Dat is dan een plek waar ik een steentje mag bijdragen. Kennis aanbieden.
Kennis die een individuele behandelaar in staat moet stellen om één simpele vraag te beantwoorden: Wat ga ik nu doen?
Kennis over diagnose en behandelmogelijkheden, maar ook andere kennis. Kennis die veel verder gaat dan de fases van de wondgenezing.
Kennis over meer en diepgravende (maar nog steeds relatief eenvoudige want in lijstjes op te schrijven) zaken als anatomie, fysiologie, microbiologie, comorbiditeiten, labwaarden en medicatie.
Maar voor de wondgeneeskunde heb je ook lastiger kennis nodig. Kennis om te beredeneren, te begrijpen wat er gebeurt, kennis over de regels van het spel. Kennis die nodig is om je waarnemingen in een breder kader te zien; om de analyses in hun onderlinge verband te zien. Dan gaat het over levels, wiskunde, regelkringen, organisatieniveaus, tijdschalen en nog veel meer.
Daarmee wordt je in staat om beter te zien wat er nu werkelijk met je patiënt aan de hand kan zijn. Daarnaast word je beter in staat om de mogelijkheden die jou ter beschikking staan te beoordelen. Daardoor kun je dan gerichter een volgende stap zetten.

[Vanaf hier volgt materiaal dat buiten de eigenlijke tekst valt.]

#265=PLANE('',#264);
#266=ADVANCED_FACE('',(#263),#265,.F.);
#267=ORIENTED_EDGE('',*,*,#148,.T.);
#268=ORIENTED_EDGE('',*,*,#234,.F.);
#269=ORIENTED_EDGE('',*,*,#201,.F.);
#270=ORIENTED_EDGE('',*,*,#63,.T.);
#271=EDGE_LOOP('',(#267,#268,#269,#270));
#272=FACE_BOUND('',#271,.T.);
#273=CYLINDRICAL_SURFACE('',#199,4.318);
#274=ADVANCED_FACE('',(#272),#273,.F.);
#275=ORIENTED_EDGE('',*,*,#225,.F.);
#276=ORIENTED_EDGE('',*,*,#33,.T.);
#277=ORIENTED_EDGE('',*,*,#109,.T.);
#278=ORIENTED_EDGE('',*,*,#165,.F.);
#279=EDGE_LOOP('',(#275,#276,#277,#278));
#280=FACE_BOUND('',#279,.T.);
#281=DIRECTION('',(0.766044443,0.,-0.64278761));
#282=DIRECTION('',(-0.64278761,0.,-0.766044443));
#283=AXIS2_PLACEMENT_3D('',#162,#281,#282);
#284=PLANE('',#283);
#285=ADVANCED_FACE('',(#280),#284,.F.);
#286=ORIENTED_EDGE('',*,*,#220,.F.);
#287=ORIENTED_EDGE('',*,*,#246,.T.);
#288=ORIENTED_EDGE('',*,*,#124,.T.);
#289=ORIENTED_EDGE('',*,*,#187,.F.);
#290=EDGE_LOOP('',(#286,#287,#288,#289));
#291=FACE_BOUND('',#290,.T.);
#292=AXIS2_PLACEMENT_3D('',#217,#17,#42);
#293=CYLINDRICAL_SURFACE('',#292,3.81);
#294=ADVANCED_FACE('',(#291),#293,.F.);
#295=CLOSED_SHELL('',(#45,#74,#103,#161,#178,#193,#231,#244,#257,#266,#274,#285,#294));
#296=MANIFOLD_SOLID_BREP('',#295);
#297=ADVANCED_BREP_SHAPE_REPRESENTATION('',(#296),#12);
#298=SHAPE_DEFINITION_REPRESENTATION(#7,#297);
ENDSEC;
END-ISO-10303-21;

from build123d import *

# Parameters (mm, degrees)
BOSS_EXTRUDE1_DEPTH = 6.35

Die kennis geeft je ook de beschikking over veel meer mogelijkheden om een interventie te doen. Helaas geeft het ook meer onmogelijkheden want je leert ook dat in de wondgeneeskunde de praktijk achter loopt op de wetenschap.
Het lastige is dat die kennis voor een gemiddelde behandelaar helemaal niet praktisch lijkt. Wat heb je aan groeifactoren, complement, feedback loops, celtypen, afweer en wat al niet meer? Daar kun je nu nog weinig mee terwijl in de praktijk de keuze van het juiste verband eigenlijk altijd prima werkt.

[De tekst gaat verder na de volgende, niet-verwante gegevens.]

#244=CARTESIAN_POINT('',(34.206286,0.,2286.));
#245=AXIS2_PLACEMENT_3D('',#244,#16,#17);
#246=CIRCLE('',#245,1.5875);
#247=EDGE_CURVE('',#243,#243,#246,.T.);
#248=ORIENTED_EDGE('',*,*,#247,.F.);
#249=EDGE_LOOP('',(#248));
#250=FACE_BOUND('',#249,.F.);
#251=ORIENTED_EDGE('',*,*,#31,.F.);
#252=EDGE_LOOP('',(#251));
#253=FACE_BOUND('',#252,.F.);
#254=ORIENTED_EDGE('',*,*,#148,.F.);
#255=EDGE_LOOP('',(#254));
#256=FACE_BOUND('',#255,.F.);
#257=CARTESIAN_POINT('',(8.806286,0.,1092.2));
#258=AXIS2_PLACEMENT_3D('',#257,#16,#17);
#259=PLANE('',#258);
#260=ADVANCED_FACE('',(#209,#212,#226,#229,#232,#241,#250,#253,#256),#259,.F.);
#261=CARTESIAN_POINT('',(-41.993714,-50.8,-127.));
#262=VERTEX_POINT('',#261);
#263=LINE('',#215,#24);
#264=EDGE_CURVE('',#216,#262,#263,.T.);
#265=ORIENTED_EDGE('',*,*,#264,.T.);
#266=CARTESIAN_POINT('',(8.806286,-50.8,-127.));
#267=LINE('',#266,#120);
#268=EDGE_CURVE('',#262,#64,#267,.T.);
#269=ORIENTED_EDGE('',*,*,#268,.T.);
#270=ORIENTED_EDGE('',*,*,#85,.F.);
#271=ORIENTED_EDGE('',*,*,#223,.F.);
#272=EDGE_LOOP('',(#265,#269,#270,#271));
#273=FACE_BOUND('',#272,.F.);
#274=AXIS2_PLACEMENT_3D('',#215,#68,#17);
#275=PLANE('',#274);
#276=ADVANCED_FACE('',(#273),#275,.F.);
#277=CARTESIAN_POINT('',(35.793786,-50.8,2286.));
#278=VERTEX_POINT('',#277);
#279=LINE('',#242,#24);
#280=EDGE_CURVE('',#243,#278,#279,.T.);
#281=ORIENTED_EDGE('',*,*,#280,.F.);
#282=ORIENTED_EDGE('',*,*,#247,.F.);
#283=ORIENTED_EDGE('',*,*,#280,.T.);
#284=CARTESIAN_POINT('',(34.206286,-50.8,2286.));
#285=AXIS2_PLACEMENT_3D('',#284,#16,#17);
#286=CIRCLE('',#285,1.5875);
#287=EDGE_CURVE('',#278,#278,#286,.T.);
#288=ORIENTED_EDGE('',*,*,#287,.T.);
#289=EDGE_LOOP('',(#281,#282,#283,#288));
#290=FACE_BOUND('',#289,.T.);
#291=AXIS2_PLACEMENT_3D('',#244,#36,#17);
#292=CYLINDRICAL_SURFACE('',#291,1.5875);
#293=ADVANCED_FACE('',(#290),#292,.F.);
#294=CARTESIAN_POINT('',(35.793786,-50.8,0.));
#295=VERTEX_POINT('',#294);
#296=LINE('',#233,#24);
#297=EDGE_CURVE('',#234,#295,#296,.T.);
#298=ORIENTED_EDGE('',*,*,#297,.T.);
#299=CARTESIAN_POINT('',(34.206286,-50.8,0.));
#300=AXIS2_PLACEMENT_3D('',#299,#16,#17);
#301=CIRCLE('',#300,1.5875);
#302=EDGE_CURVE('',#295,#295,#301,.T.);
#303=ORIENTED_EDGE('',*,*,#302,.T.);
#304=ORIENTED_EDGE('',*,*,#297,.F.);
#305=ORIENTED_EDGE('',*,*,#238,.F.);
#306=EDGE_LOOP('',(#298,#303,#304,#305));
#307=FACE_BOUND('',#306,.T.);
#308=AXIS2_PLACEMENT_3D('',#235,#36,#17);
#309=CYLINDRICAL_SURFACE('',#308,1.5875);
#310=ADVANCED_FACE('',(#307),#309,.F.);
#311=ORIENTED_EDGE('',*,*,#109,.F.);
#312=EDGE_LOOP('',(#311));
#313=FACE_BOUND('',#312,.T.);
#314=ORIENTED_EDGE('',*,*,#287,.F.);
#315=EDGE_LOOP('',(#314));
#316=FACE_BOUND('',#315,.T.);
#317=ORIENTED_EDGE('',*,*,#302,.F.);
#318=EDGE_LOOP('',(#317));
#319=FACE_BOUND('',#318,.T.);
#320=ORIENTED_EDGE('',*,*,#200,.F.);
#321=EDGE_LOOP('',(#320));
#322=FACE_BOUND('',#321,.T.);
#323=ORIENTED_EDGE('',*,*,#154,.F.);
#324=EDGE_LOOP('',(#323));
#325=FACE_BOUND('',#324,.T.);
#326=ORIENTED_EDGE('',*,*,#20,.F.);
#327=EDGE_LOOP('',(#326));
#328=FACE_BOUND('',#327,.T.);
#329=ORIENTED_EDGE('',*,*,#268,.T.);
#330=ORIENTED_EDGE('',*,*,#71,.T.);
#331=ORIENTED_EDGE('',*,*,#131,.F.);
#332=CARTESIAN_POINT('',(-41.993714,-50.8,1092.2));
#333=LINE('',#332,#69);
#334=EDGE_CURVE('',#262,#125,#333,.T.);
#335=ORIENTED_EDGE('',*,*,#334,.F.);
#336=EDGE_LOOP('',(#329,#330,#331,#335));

Dat is altijd weer het lastige, mensen opleiden voor iets wat ze niet nodig denken te hebben, maar wat ondertussen wel het verschil maakt voor veel patiënten. Lastige kennis voor behandelaren die willen snappen wat ze doen.
Behandelaren die weten wanneer “Wat nu?” een pleister en een geruststellend woord is, maar ook wanneer “Wat nu?” iets heel anders is.